The MM-estimator of the covariance matrix is designed to down-weight outlying observations when estimating the covariance matrix and yields the highest possible breakdown point. Note that the breakdown point refers to the minimum proportion of the sample for which a function goes to infinity that can include outliers without impacting sample estimates [37]. The weight associated with an individual data point is proportional to the inverse of the residual for the individual based on the estimated covariance matrix. These weights are selected such that the sum of squared residuals is minimized across the sample. MM has been shown to be effective for high dimensional data in which the ratio of sample size to number of variables is small [37]). However, the MM-estimator is known to be susceptible to contamination bias, such that a few outlying data points can have an outsize impact on the quality of the parameter estimates, even in the case where the breakdown point approaches 0.5.

1.15. Rocke

Ref. [43] proposed a robust bi-weight estimate of the covariance matrix based on the S-estimator. The original S-estimator [35] takes the form:

\frac{1}{n} \sum_{i = 1}^{n} ξ (d_{i})

(8)

where

$d_{i} =$ Mahalanobis distance value for observation i
$ξ = {\{1 - \{1 - {(\frac{d_{i}}{k})}^{2}\}\}}^{3}$ if $|d_{i}| \leq k$
$ξ = 1$ if $|d_{i}| > k$

$k = \sqrt{p {[\sqrt{(\frac{1}{9}) (\frac{2}{p}) 1.548} + \{1 - (\frac{1}{9}) (\frac{2}{p})\}]}^{3}}$
$p =$ Number of variables

The S-estimator is designed to down-weight observations that have large Mahalanobis distance values, where large is defined by the function in Equation (6). It was found that the S-estimator does not always correctly identify outliers [43], which led to the development of Rocke’s extension of it. The difference between the Rocke and S-estimator is in the way that outliers are identified and weighted. The S-estimator weight function

ξ

takes the following form in Rocke’s technique:

ξ = 0 if 0 \leq |d_{i}| \leq 1 - γ

(9)

ξ = \{(\frac{d_{i} - 1}{4 γ}) [3 - {(\frac{d_{i} - 1}{γ})}^{2}] + 0.5\} if 1 - γ < |d_{i}| < 1 + γ

ξ = 1 if |d_{i}| > 1 + γ

where

γ = m i n (\frac{χ_{p}^{2} (1 - α)}{p} - 1, 1)

χ_{p}^{2} (1 - α) =

Chi-square value for p degrees of freedom and

1 - α

probability level.

Rocke’s estimator was shown to yield a breakdown point near 0.5 while at the same time correctly identifying outliers in a dataset.

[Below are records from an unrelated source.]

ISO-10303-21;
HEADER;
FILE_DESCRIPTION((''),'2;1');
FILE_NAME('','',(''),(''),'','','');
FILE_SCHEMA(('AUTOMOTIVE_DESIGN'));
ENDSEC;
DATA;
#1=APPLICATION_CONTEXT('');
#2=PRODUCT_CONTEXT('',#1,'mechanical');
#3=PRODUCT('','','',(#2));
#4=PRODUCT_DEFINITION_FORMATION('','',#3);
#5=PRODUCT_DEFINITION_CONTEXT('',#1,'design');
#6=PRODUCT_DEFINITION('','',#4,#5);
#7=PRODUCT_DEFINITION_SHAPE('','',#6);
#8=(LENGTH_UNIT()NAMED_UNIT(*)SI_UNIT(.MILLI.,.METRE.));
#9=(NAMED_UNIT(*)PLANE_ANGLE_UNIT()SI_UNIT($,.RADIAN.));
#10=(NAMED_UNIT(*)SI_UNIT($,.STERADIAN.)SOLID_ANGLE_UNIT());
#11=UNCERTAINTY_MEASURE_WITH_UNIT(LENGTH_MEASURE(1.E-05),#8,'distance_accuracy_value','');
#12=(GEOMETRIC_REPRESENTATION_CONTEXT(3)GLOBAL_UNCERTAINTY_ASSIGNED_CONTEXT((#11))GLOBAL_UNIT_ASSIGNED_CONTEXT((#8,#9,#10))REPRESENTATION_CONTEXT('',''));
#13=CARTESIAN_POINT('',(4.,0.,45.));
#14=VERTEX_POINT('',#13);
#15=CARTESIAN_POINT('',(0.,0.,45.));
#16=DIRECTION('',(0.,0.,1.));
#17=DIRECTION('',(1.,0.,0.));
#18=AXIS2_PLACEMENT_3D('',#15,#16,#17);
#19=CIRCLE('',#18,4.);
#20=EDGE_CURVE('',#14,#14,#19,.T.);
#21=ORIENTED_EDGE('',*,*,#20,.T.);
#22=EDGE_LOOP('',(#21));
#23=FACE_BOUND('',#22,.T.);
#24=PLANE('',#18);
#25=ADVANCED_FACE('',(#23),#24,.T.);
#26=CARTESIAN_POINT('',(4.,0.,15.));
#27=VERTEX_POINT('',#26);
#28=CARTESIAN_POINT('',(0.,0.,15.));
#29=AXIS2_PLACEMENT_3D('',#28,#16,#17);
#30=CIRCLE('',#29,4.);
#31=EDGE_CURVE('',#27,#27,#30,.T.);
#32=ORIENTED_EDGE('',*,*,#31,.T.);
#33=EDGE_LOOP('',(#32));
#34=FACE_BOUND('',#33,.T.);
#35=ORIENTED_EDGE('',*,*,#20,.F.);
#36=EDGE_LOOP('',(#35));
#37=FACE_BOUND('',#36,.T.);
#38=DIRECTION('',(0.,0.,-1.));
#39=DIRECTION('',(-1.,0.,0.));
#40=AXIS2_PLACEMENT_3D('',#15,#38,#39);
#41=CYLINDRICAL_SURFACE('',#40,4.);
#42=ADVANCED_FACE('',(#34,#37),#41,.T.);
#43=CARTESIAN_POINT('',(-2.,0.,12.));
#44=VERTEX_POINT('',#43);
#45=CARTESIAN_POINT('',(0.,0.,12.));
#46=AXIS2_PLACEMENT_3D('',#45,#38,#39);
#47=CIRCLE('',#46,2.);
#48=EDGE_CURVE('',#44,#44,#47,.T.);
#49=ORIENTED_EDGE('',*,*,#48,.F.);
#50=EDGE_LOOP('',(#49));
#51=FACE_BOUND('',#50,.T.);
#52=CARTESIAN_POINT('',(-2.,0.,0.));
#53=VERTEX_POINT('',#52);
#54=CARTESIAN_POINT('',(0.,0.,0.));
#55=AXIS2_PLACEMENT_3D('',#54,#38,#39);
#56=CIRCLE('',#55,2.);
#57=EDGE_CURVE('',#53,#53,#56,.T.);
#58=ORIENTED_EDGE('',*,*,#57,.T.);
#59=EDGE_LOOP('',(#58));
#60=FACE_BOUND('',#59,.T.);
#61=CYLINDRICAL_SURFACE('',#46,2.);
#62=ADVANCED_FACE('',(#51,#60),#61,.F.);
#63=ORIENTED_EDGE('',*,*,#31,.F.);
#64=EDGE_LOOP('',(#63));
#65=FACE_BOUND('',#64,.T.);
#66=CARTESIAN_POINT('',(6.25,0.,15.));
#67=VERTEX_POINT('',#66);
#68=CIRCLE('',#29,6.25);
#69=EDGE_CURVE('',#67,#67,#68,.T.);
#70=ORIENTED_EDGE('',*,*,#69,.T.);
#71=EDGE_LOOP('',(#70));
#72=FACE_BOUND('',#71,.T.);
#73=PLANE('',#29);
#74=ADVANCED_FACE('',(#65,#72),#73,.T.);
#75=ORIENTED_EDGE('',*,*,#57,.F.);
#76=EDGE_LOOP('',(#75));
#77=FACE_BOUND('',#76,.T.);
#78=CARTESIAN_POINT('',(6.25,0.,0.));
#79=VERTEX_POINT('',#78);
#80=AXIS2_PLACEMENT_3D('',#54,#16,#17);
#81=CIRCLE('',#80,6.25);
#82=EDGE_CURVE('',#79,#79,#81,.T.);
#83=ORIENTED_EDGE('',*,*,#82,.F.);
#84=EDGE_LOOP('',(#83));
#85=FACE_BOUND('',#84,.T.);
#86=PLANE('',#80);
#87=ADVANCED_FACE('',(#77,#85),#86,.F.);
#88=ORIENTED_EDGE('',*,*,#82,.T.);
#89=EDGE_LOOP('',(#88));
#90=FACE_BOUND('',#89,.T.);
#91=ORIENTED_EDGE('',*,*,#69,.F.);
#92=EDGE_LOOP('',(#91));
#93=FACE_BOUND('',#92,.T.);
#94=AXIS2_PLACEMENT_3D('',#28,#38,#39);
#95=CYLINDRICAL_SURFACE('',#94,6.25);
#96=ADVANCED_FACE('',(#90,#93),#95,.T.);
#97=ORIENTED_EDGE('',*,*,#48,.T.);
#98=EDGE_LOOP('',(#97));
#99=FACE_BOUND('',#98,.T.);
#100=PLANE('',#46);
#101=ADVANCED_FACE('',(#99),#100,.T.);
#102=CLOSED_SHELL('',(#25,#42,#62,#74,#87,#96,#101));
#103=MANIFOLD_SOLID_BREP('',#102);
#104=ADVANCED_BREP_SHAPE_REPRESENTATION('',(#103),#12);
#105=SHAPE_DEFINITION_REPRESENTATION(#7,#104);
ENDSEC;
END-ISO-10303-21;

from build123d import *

# Parameters (mm, degrees)
SKETCH1_R           = 6.25
SKETCH1_R_2         = 4
BOSS_EXTRUDE1_DEPTH = 15
BOSS_EXTRUDE2_START = 15
SKETCH1_3_R         = 4
BOSS_EXTRUDE2_DEPTH = 30
SKETCH2_R           = 2
CUT_EXTRUDE1_DEPTH  = 12


with BuildPart() as part:
    # Sketch1 → Boss-Extrude1 (new body)
    # profile 1 of 2: a face of its own
    with BuildSketch(Plane.XY):
        Circle(SKETCH1_R)
        Circle(SKETCH1_R_2, mode=Mode.SUBTRACT)
    # profile 2 of 2: a face of its own
    with BuildSketch(Plane.XY):
        Circle(SKETCH1_R_2)
    extrude(amount=BOSS_EXTRUDE1_DEPTH)

    # Sketch1<3> → Boss-Extrude2 (add)
    with BuildSketch(Plane.XY.offset(BOSS_EXTRUDE2_START)):
        Circle(SKETCH1_3_R)
    extrude(amount=BOSS_EXTRUDE2_DEPTH)

    # Sketch2 → Cut-Extrude1 (cut)
    with BuildSketch(Plane(origin=(0, 0, 0), x_dir=(-1, 0, 0), z_dir=(0, 0, -1))):
        Circle(SKETCH2_R)
    extrude(amount=-CUT_EXTRUDE1_DEPTH, mode=Mode.SUBTRACT)


solid = part.part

For more details on the specific calculations involved in this estimate, the interested reader is referred to [35,44].

1.16. Study Goals

The goal of this simulation study was to extend earlier work by comparing the performance of several methods for dealing with outliers coupled with several approaches for identifying the number of factors to retain. Earlier research described above found that outliers can have a deleterious impact on methods for detecting the number of factors to retain in an EFA (e.g., [7]). However, methods for dealing with outliers were not widely explored in these studies. Therefore, the current study extends this work by assessing the extent to which several methods that account for outliers in the estimation of covariance/correlation matrices can ameliorate the aforementioned problems associated with determining the number of factors in EFA when outliers are present. In addition, the performance of a promising new approach to characterizing the structure underlying a set of observed variables, EGA, has not been investigated in the presence of outliers. Therefore, the current study examined the performance of EGA in the context of outliers among the observed variables. The primary outcome of interest was the proportion of correct instances of the number of retained factors, with a secondary goal of the mean number of factors retained by each combination of outlier methods and techniques for identifying the number of factors to retain. Based on the prior research discussed above, it is hypothesized that the robust methods for estimating the correlation matrix will yield more accurate results regarding the number of factors to retain when compared with the standard approach. In addition, it is hypothesized that in conjunction with the robust correlation matrix estimation approach, PA will be the most accurate technique for identifying the number of factors to retain.

2. Materials and Methods

The study goals described above were addressed using a simulation study. For each combination of simulated conditions, which are described below, 1000 replications were generated. Data generation and analyses were all conducted using R version 4.1. A four-factor model was simulated with the indicators being generated from the standard normal distribution having a mean of 0 and a standard deviation of 1. The factor loadings were set to 0.8, the factor variances to 1, and the factor correlations to 0.4. Data were generated using the lavaan package [45] from R. The manipulated study conditions are described below.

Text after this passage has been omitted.